The RF AGC control circuit 47 selects the first initial voltage signal, as 
the RF AGC voltage, generated by the first initial level generating 
circuit 44, each time when the channel selection signal is updated. The 
first initial voltage signal is supplied to the RF amplifier circuit 22 
during the predetermined time duration T as shown in FIG. 3. The RF AGC 
control circuit 47 carries out the same operation when the power supply 
for the automatic gain control circuit 4 was turned to on. In other words, 
the RF AGC control circuit 47 decides that the channel selection signal 
was updated, when the power supply was turned to on. 
On the other hand, the optimum level generating circuit 46 decides the 
reception channel designated by the channel selection signal and then 
selects the channel reference level, as a selected channel reference 
level, from the plurality of channel reference levels which are stored in 
the channel table memory 46-1 (FIG. 2). The selected channel reference 
level corresponds to the reception channel and is delivered to the RF AGC 
control circuit 47. 
As shown in FIG. 3, the RF AGC control circuit 47 delivers the second level 
difference signal, as the RF AGC voltage, representative of the second 
level difference between the preselected level and the first level 
difference after lapse of the predetermined time duration T. 
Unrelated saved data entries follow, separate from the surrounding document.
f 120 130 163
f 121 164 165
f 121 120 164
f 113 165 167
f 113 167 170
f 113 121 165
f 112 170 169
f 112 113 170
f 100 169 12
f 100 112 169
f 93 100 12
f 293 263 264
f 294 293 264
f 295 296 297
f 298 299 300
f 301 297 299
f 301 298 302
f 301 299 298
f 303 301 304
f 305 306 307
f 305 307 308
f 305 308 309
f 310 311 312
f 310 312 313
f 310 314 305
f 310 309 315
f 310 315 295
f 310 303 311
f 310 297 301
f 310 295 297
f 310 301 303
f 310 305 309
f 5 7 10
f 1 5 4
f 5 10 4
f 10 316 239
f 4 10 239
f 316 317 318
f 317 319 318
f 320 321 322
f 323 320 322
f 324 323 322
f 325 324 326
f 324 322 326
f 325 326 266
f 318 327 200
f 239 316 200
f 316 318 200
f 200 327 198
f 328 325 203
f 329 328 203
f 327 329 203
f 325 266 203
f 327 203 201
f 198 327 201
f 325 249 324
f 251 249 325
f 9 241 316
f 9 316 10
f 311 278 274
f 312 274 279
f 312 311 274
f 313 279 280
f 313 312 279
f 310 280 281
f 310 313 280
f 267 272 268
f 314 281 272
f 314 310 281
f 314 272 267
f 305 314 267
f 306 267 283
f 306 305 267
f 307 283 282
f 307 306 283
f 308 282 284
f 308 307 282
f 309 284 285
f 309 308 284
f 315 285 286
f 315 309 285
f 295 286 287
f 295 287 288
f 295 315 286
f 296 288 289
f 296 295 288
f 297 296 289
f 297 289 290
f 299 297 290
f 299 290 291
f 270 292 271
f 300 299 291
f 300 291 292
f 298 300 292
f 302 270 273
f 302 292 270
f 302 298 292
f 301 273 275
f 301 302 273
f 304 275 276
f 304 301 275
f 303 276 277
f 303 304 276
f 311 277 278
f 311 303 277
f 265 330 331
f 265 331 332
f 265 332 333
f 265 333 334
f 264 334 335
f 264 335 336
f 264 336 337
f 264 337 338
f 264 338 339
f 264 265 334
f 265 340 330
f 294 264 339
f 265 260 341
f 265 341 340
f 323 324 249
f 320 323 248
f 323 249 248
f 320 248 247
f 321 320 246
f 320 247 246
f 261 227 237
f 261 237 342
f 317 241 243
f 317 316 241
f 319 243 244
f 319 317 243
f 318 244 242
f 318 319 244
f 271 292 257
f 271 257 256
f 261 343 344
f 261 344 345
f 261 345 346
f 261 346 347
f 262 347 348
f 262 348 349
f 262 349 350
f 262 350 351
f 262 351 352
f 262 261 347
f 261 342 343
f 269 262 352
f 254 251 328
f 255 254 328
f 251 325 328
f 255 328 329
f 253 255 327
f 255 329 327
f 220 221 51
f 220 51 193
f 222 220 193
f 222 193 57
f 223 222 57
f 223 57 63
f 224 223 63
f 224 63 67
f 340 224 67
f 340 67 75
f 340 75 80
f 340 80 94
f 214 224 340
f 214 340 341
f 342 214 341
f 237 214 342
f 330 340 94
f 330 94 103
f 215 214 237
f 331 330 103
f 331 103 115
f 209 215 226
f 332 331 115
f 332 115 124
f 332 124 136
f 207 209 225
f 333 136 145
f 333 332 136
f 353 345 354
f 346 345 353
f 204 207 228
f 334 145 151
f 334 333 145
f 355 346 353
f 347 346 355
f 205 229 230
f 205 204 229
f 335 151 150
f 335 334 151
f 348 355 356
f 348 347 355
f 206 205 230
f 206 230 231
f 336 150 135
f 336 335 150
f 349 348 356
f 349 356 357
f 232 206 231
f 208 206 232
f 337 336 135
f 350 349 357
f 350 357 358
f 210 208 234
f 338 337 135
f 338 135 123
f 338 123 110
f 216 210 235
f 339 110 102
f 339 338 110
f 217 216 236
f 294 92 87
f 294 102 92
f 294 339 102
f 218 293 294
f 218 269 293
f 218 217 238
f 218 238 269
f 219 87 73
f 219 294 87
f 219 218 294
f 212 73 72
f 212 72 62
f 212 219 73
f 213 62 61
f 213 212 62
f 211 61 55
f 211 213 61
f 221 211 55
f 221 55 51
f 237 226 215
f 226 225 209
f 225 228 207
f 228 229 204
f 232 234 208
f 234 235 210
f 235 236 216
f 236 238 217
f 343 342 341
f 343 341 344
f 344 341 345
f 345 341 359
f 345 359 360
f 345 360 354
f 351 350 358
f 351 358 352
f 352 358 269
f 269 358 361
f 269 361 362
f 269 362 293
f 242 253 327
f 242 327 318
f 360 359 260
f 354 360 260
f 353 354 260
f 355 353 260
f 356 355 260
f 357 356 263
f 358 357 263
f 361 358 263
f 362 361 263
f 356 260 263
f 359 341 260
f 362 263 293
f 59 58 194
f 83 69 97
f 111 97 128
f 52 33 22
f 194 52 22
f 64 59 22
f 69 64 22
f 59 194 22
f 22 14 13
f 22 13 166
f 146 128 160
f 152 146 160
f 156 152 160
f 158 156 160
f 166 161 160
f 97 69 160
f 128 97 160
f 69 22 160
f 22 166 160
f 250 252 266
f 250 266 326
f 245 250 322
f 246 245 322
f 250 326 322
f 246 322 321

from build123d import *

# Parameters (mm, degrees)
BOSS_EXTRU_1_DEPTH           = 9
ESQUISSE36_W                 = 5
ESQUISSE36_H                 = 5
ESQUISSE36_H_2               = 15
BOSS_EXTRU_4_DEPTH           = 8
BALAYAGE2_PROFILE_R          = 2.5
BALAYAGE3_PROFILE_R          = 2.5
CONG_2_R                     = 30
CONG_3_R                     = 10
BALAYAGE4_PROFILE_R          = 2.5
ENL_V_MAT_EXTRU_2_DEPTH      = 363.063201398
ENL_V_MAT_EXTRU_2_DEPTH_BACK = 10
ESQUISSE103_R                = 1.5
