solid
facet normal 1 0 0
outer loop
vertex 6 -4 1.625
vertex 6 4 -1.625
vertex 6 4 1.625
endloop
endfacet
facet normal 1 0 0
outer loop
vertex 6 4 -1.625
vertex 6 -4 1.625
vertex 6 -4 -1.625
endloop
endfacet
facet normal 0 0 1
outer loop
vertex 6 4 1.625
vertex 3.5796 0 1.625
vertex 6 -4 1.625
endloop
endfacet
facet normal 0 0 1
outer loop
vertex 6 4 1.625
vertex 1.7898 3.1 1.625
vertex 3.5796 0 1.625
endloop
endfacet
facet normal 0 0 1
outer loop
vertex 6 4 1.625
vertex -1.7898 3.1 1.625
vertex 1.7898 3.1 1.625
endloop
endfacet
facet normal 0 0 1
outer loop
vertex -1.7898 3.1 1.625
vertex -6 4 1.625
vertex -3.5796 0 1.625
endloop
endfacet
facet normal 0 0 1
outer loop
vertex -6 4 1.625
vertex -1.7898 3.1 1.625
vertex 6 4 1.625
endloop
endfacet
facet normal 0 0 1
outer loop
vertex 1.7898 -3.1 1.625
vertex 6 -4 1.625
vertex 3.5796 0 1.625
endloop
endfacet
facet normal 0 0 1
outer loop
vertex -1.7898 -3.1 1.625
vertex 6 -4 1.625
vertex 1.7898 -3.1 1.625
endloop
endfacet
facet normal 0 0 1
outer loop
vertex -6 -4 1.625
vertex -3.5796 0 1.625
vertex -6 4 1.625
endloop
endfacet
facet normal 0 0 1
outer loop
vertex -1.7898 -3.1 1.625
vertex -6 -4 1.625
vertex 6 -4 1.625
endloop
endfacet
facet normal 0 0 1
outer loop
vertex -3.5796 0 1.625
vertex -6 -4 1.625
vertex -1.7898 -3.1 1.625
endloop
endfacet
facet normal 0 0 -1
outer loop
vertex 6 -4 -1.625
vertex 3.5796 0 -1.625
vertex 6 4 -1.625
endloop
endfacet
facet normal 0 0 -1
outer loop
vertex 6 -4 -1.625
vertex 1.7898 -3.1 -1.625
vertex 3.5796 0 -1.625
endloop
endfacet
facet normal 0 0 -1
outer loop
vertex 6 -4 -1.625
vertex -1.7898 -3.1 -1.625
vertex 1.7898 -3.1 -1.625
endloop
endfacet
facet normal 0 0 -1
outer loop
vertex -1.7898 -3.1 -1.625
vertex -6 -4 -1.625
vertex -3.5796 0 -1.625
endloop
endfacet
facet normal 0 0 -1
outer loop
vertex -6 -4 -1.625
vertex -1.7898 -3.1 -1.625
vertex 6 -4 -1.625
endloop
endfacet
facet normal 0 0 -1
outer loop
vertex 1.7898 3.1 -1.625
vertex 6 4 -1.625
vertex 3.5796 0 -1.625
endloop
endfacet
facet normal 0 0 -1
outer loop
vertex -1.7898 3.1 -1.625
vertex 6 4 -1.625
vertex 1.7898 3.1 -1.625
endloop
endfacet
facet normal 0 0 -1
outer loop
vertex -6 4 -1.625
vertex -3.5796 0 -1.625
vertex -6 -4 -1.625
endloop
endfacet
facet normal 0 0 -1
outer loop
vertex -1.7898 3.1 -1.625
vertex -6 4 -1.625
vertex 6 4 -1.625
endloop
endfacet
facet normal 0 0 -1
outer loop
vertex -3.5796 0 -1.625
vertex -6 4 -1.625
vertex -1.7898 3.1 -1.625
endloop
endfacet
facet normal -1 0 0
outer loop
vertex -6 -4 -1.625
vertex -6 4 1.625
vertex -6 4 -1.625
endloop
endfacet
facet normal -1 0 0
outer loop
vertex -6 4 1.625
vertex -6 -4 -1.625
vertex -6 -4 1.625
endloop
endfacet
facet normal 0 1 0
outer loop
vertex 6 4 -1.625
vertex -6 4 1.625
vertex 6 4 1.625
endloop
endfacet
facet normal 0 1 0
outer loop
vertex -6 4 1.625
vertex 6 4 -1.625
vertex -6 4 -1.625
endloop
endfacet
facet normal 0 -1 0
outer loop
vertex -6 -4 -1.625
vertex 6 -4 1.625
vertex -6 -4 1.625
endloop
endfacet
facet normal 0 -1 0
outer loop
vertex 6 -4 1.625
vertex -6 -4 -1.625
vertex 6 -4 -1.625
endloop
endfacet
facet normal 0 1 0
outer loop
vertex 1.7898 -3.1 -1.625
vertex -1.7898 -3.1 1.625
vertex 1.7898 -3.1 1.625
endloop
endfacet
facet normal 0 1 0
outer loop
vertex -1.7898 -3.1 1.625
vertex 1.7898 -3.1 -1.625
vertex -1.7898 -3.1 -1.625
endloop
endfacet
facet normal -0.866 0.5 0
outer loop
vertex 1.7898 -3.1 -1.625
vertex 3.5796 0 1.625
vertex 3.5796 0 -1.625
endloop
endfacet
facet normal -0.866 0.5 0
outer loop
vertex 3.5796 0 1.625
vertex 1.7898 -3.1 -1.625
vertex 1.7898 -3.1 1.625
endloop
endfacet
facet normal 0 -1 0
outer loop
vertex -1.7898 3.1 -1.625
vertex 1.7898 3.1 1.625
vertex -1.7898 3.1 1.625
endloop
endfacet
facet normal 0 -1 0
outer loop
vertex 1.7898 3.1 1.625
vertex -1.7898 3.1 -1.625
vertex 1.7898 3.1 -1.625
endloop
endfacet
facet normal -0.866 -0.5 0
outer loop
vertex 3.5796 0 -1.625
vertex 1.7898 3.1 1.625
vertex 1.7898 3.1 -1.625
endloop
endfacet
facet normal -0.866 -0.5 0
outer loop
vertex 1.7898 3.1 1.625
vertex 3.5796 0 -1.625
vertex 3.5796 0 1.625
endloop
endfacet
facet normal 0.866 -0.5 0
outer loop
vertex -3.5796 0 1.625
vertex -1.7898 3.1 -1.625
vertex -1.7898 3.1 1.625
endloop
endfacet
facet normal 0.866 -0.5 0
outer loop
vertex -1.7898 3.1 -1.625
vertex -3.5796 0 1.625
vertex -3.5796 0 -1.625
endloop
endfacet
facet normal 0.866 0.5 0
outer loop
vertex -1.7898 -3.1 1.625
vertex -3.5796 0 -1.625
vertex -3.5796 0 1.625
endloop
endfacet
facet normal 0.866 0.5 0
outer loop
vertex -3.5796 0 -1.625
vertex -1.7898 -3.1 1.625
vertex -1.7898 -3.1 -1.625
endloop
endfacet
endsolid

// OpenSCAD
$fn=64;

screw_d = 4.0;
across_flats = 6.0;
thickness = 3.25;

clearance_d = 4.3;
hex_af = across_flats;
hex_r = hex_af / sqrt(3);

slot_width = 8.0;
slot_length = 12.0;
slot_height = thickness;

chamfer = 0.4;

module hex_prism(af, h){
    r = af / sqrt(3);
    cylinder(h=h, r=r, center=true, $fn=6);
}

module tslot_nut_body(){
    union(){
        cube([slot_length, slot_width, slot_height], center=true);
        translate([0, 0, slot_height/2 - chamfer/2])
            cube([slot_length-0.6, slot_width-0.6, chamfer], center=true);
        translate([0, 0, -slot_height/2 + chamfer/2])
            cube([slot_length-0.6, slot_width-0.6, chamfer], center=true);
    }
}

module tslot_nut(){
    difference(){
        tslot_nut_body();
        cylinder(h=thickness+1, d=clearance_d, center=true, $fn=64);
        translate([0,0,0.2])
            hex_prism(hex_af+0.2, thickness+1);
    }
}

tslot_nut();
As illustrated in FIG. 4, the IF AGC control circuit 48 selects the second 
initial voltage signal produced from the second initial level generating 
circuit 45 each time when the channel selection signal was updated. The IF 
AGC control circuit 48 delivers the second initial voltage signal, as the 
IF AGC voltage, to the IF amplifier circuit 31 during the predetermined 
time duration T. 
On the other hand, the level detection circuit 41 detects the mean level of 
the output signal as the detected level. The comparator 43 compares the 
detected level with the predetermined reference level generated by the 
reference level generating circuit 42 and produces the first level 
difference signal representative of the first level difference between the 
detected level and the predetermined reference level. After a lapse of the 
predetermined time duration T, the IF AGC control circuit 48 selects the 
first level difference signal produced from the comparator 43 and delivers 
the first level difference signal, as the IF AGC voltage, as shown in FIG. 
4. The IF AGC control circuit 44 controls the gain of the IF amplifier 
circuit 31 so that the first level difference becomes to zero. 
As mentioned above, when the power supply is turned to on, or when the 
channel selection signal was updated, the automatic gain control circuit 4 
gives the first initial level and the second initial level to the RF 
amplifier circuit 22 and the IF amplifier circuit 31 as the RF AGC voltage 
and the IF AGC voltage, respectively, during the predetermined time 
duration T. As a result, the gains of the RF amplifier circuit 22 and the 
IF amplifier circuit 31 are kept at a constant value regardless of the 
reception channel. After a lapse of the predetermined time duration T, the 
RF amplifier circuit 22 is supplied from the RF AGC control circuit 47 
with the RF AGC voltage that is the second level difference between the 
channel reference level corresponding to the reception channel and the 
first level difference produced from the comparator 43. Even if the IF 
signal has a lower level as a result of a lower reception level of the 
reception channel, it is possible to keep the output of the IF amplifier 
circuit 31 at a constant value by increasing the gain of the IF amplifier 
circuit 31 under the control of the IF AGC voltage.